For my other selections on this list, it’s debatable whether any of them would have actually had a chance toy win an Oscar, but in this case, the actress probably could have annihilated her competition for the award. This is one snub where you can blame the distributors of the film instead of the Academy, as they originally gave The Last Seduction a straight-to-cable release and only decided to give it a theatrical run once it started garnering immense critical acclaim. However, because the film played on cable before it played theatrically, it was ineligible for Academy Award consideration. It’s a real shame since the general consensus is that Linda Fiorentino would have been a shoo-in since her character of Bridget Gregory is probably the most entertaining screen villainess of the past twenty years. Bridget is the ultimate film noir femme fatale, an evil cold-hearted bitch who’s somehow impossible to hate since she’s so much damn fun to watch. Surprisingly, the viewer winds up rooting for her to outwit all the dim-witted male characters in the movie, and she’s such a great villainess that you really hope the story won’t cop out and have her develop a conscience or find redemption. It’s a very tricky and daring narrative decision to pull off, but Fiorentino makes it work beautifully and given the Academy’s history for rewarding actors and actresses who play memorable villains, it’s no exaggeration to say she was robbed.

Would Have a Better Choice Than: It was a pretty weak field that year in the “Best Actress” category (does ANYONE remember Jessica Lange’s Oscar-winning performance in Blue Sky?), so any of the other nominees are replaceable. However, Susan Sarandon’s nomination for The Client seems like an especially ridiculous choice, so she’s out.

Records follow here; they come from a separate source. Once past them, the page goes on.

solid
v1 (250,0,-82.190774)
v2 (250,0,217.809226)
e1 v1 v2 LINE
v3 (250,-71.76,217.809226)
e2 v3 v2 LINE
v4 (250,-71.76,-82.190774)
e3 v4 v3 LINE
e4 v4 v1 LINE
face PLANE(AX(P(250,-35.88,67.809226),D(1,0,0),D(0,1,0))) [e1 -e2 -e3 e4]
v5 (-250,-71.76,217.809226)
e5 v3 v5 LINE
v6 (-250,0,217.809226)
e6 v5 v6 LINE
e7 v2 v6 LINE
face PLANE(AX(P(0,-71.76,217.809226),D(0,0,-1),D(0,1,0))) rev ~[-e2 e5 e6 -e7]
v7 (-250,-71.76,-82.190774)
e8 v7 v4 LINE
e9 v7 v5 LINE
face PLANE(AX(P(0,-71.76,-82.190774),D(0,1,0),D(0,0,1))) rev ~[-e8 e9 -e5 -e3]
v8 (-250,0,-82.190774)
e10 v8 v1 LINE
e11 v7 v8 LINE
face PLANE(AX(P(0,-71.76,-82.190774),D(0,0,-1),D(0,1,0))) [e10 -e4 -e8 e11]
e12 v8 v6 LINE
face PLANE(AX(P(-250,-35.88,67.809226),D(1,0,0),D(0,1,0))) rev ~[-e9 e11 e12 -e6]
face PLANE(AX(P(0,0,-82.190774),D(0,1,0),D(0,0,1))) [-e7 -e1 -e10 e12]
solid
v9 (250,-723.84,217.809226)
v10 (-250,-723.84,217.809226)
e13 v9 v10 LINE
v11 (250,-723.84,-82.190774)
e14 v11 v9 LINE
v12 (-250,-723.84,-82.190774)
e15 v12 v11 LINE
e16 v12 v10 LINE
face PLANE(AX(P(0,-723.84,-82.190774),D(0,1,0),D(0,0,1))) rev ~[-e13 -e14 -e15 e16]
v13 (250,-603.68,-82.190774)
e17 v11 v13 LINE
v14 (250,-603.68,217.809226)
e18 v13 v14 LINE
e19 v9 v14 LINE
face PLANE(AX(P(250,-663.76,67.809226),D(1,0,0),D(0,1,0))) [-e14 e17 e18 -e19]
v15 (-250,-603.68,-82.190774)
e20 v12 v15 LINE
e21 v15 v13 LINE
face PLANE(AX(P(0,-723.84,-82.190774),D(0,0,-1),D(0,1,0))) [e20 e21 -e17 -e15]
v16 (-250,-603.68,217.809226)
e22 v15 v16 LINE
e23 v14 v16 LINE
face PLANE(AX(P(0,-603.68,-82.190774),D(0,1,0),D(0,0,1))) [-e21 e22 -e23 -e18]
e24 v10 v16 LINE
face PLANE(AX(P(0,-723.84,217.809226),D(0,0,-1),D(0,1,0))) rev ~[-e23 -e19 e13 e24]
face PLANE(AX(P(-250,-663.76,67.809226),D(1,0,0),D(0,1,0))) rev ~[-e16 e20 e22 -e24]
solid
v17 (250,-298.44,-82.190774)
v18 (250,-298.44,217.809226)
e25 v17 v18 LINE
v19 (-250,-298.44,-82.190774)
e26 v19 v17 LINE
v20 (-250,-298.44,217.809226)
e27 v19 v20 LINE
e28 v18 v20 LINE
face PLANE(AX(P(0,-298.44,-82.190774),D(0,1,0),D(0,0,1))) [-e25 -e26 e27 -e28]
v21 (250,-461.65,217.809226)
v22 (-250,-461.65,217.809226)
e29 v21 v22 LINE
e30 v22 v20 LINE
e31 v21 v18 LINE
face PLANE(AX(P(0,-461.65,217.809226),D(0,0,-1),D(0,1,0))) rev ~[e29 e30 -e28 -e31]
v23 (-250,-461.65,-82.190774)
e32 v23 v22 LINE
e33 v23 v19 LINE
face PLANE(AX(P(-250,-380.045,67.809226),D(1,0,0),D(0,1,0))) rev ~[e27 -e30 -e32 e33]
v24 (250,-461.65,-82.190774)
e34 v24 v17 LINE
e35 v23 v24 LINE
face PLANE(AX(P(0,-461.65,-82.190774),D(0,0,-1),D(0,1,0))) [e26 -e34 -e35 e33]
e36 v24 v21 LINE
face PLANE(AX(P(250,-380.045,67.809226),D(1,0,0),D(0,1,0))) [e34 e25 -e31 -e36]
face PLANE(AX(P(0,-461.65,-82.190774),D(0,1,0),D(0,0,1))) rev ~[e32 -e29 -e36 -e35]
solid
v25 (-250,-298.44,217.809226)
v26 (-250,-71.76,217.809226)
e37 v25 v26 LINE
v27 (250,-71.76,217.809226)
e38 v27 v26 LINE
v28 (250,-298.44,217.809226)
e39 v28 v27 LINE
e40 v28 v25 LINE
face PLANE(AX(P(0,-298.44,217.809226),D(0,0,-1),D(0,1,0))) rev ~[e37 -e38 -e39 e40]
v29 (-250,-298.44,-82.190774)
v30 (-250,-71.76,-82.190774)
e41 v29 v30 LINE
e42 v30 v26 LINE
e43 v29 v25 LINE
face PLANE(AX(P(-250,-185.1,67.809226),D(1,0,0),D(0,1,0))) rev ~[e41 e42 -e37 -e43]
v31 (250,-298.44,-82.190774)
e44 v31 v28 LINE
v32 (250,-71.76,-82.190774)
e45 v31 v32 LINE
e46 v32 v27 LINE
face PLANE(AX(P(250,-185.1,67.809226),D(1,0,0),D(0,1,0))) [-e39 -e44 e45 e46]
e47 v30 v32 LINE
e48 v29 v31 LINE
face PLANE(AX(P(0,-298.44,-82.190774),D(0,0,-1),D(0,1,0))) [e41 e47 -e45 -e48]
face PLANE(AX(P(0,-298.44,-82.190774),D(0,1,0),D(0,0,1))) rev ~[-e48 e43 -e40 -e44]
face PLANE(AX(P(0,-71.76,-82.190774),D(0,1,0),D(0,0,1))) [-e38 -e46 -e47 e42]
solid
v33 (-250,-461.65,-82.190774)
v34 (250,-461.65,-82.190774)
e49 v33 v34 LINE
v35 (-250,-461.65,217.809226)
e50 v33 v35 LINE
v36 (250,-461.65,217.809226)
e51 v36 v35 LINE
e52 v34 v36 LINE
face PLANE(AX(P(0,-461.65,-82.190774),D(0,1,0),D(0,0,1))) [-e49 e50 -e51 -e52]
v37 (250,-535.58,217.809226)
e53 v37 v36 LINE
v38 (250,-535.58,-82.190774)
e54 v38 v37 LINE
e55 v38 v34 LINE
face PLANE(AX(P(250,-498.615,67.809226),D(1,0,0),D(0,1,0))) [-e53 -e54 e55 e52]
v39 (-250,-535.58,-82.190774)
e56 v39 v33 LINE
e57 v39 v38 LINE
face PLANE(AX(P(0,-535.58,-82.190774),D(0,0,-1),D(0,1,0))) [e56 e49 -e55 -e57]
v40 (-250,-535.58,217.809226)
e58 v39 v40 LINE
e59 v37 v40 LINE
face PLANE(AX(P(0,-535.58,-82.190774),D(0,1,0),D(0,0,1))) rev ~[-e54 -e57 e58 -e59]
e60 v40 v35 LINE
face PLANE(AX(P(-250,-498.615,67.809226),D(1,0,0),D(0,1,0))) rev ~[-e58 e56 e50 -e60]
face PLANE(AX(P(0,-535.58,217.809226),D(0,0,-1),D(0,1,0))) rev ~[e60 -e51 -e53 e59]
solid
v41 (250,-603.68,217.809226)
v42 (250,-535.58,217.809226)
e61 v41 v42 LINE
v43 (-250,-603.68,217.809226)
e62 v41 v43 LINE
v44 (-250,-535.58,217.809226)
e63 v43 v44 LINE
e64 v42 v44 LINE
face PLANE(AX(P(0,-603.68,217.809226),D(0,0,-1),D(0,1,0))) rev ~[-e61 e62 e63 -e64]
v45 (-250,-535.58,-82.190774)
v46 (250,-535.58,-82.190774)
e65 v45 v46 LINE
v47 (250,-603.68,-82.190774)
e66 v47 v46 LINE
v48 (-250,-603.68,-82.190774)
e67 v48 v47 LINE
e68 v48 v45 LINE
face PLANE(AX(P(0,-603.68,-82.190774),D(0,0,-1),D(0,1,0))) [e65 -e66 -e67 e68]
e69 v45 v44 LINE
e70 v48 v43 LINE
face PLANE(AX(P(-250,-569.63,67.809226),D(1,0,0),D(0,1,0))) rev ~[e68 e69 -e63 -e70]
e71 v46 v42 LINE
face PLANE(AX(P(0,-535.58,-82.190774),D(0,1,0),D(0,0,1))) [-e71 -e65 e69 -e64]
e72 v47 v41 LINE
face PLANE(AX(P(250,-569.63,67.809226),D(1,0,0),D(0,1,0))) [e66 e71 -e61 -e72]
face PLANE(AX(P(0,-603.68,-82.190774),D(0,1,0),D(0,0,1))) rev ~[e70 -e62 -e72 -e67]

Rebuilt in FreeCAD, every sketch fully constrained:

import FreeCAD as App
import Part
import Sketcher


def add_polygon(sketch, points):
    """Adds a closed chain of lines whose ends are joined by coincident constraints."""
    first, n = sketch.GeometryCount, len(points)
    for a, b in zip(points, points[1:] + points[:1]):
        sketch.addGeometry(Part.LineSegment(App.Vector(*a, 0), App.Vector(*b, 0)), False)
    for i in range(n):
        sketch.addConstraint(Sketcher.Constraint("Coincident", first + i, 2, first + (i + 1) % n, 1))

doc = App.newDocument("Part")
body = doc.addObject("PartDesign::Body", "Body")

# Sketch on YZ plane
sketch1 = body.newObject("Sketcher::SketchObject", "Sketch")
sketch1.AttachmentSupport = (doc.getObject("YZ_Plane"), [""])
sketch1.MapMode = "FlatFace"
add_polygon(sketch1, [(-461.65, 217.809226), (-461.65, -82.190774), (-298.44, -82.190774), (-298.44, 217.809226)])  # lines 0-3
sketch1.addConstraint([
    Sketcher.Constraint("Vertical", 0),
    Sketcher.Constraint("Horizontal", 1),
    Sketcher.Constraint("Vertical", 2),
    Sketcher.Constraint("Horizontal", 3),
    Sketcher.Constraint("DistanceY", 0, 2, 0, 1, 300.0),
    Sketcher.Constraint("DistanceX", 1, 1, 1, 2, 163.21),
    Sketcher.Constraint("DistanceX", 0, 2, -1, 1, 461.65),
    Sketcher.Constraint("DistanceY", 0, 2, -1, 1, 82.190774),
])
pad1 = body.newObject("PartDesign::Pad", "Pad")
pad1.Profile = sketch1
pad1.Length = 500
pad1.Midplane = True
body2 = doc.addObject("PartDesign::Body", "Body001")

# Sketch on YZ plane
sketch2 = body2.newObject("Sketcher::SketchObject", "Sketch001")
sketch2.AttachmentSupport = (doc.getObject("YZ_Plane001"), [""])
sketch2.MapMode = "FlatFace"
add_polygon(sketch2, [(-535.58, 217.809226), (-535.58, -82.190774), (-461.65, -82.190774), (-461.65, 217.809226)])  # lines 0-3
sketch2.addConstraint([
    Sketcher.Constraint("Vertical", 0),
    Sketcher.Constraint("Horizontal", 1),
    Sketcher.Constraint("Vertical", 2),
    Sketcher.Constraint("Horizontal", 3),
    Sketcher.Constraint("DistanceY", 0, 2, 0, 1, 300.0),
    Sketcher.Constraint("DistanceX", 1, 1, 1, 2, 73.93),
    Sketcher.Constraint("DistanceX", 0, 2, -1, 1, 535.58),
    Sketcher.Constraint("DistanceY", 0, 2, -1, 1, 82.190774),
])
pad2 = body2.newObject("PartDesign::Pad", "Pad001")
pad2.Profile = sketch2
pad2.Length = 500
pad2.Midplane = True
body3 = doc.addObject("PartDesign::Body", "Body002")

# Sketch on YZ plane
sketch3 = body3.newObject("Sketcher::SketchObject", "Sketch002")
sketch3.AttachmentSupport = (doc.getObject("YZ_Plane002"), [""])
sketch3.MapMode = "FlatFace"
add_polygon(sketch3, [(-603.68, 217.809226), (-603.68, -82.190774), (-535.58, -82.190774), (-535.58, 217.809226)])  # lines 0-3
sketch3.addConstraint([
    Sketcher.Constraint("Vertical", 0),
    Sketcher.Constraint("Horizontal", 1),
    Sketcher.Constraint("Vertical", 2),
    Sketcher.Constraint("Horizontal", 3),
    Sketcher.Constraint("DistanceY", 0, 2, 0, 1, 300.0),
    Sketcher.Constraint("DistanceX", 1, 1, 1, 2, 68.1),
    Sketcher.Constraint("DistanceX", 0, 2, -1, 1, 603.68),
    Sketcher.Constraint("DistanceY", 0, 2, -1, 1, 82.190774),
])
pad3 = body3.newObject("PartDesign::Pad", "Pad002")
pad3.Profile = sketch3
pad3.Length = 500
pad3.Midplane = True
body4 = doc.addObject("PartDesign::Body", "Body003")

# Sketch on YZ plane
sketch4 = body4.newObject("Sketcher::SketchObject", "Sketch003")
sketch4.AttachmentSupport = (doc.getObject("YZ_Plane003"), [""])
sketch4.MapMode = "FlatFace"
add_polygon(sketch4, [(-723.84, 217.809226), (-723.84, -82.190774), (-603.68, -82.190774), (-603.68, 217.809226)])  # lines 0-3
sketch4.addConstraint([
    Sketcher.Constraint("Vertical", 0),
    Sketcher.Constraint("Horizontal", 1),
    Sketcher.Constraint("Vertical", 2),
    Sketcher.Constraint("Horizontal", 3),
    Sketcher.Constraint("DistanceY", 0, 2, 0, 1, 300.0),
    Sketcher.Constraint("DistanceX", 1, 1, 1, 2, 120.16),
    Sketcher.Constraint("DistanceX", 0, 2, -1, 1, 723.84),
    Sketcher.Constraint("DistanceY", 0, 2, -1, 1, 82.190774),
])
pad4 = body4.newObject("PartDesign::Pad", "Pad003")
pad4.Profile = sketch4
pad4.Length = 500
pad4.Midplane = True
body5 = doc.addObject("PartDesign::Body", "Body004")

# Sketch on YZ plane
sketch5 = body5.newObject("Sketcher::SketchObject", "Sketch004")
sketch5.AttachmentSupport = (doc.getObject("YZ_Plane004"), [""])
sketch5.MapMode = "FlatFace"
add_polygon(sketch5, [(-71.76, 217.809226), (-71.76, -82.190774), (0, -82.190774), (0, 217.809226)])  # lines 0-3
sketch5.addConstraint([
    Sketcher.Constraint("Vertical", 0),
    Sketcher.Constraint("Horizontal", 1),
    Sketcher.Constraint("Vertical", 2),
    Sketcher.Constraint("Horizontal", 3),
    Sketcher.Constraint("PointOnObject", 1, 2, -2),
    Sketcher.Constraint("DistanceY", 0, 2, 0, 1, 300.0),
    Sketcher.Constraint("DistanceX", 1, 1, 1, 2, 71.76),
    Sketcher.Constraint("DistanceY", 0, 2, -1, 1, 82.190774),
])
pad5 = body5.newObject("PartDesign::Pad", "Pad004")
pad5.Profile = sketch5
pad5.Length = 500
pad5.Midplane = True
body6 = doc.addObject("PartDesign::Body", "Body005")

# Sketch on YZ plane
sketch6 = body6.newObject("Sketcher::SketchObject", "Sketch005")
sketch6.AttachmentSupport = (doc.getObject("YZ_Plane005"), [""])
sketch6.MapMode = "FlatFace"
add_polygon(sketch6, [(-298.44, 217.809226), (-298.44, -82.190774), (-71.76, -82.190774), (-71.76, 217.809226)])  # lines 0-3
sketch6.addConstraint([
    Sketcher.Constraint("Vertical", 0),
    Sketcher.Constraint("Horizontal", 1),
    Sketcher.Constraint("Vertical", 2),
    Sketcher.Constraint("Horizontal", 3),
    Sketcher.Constraint("DistanceY", 0, 2, 0, 1, 300.0),
    Sketcher.Constraint("DistanceX", 1, 1, 1, 2, 226.68),
    Sketcher.Constraint("DistanceX", 0, 2, -1, 1, 298.44),
    Sketcher.Constraint("DistanceY", 0, 2, -1, 1, 82.190774),
])
pad6 = body6.newObject("PartDesign::Pad", "Pad005")
pad6.Profile = sketch6
pad6.Length = 500
pad6.Midplane = True

doc.recompute()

Boris Karloff as Byron Orlok in Targets (1968):

In the long, storied career of Boris Karloff, it’s amazing to think that he was never nominated for an Academy Award. However, given the Academy’s propensity for ignoring horror films, I guess that shouldn’t be too surprising. Karloff, Bela Lugosi, Lon Chaney, Jr., Vincent Price, Peter Cushing, Christopher Lee… none of those guys have Oscar nominations on their resumes! The horror icons of yesteryear are so associated with the characters they played that are often not given the credit they deserve for being great actors. Targets represents a very unique capper to Karloff’s career as he’s almost playing a very exaggerated version of himself: a renowned horror film actor who’s disillusioned that his brand of horror has become obsolete and can’t compete with the horrors of the real world. Like his character of Byron Orlok, Karloff was relegated to appearing in a lot of low-budget junk near the end of his career and was often looked at as an ancient relic. Karloff would pass away only a year after Targets came out, but I’m sure he appreciated being given such a juicy, self-referential role to close out his life. He’s simply wonderful as Byron, delivering just the right mixture of humour, sadness and pathos for the character. The Academy is known for handing out (sometimes undeserved) nominations to elderly actors in the twilight of their career, but it’s not hard to see why they neglected Karloff here. Targets was a very low-budget production and while it was the official directorial debut of Peter Bogdanovich, who would garner a plethora of nominations for The Last Picture Show three years later, the man who financed the production was Roger Corman. That should pretty much say it all.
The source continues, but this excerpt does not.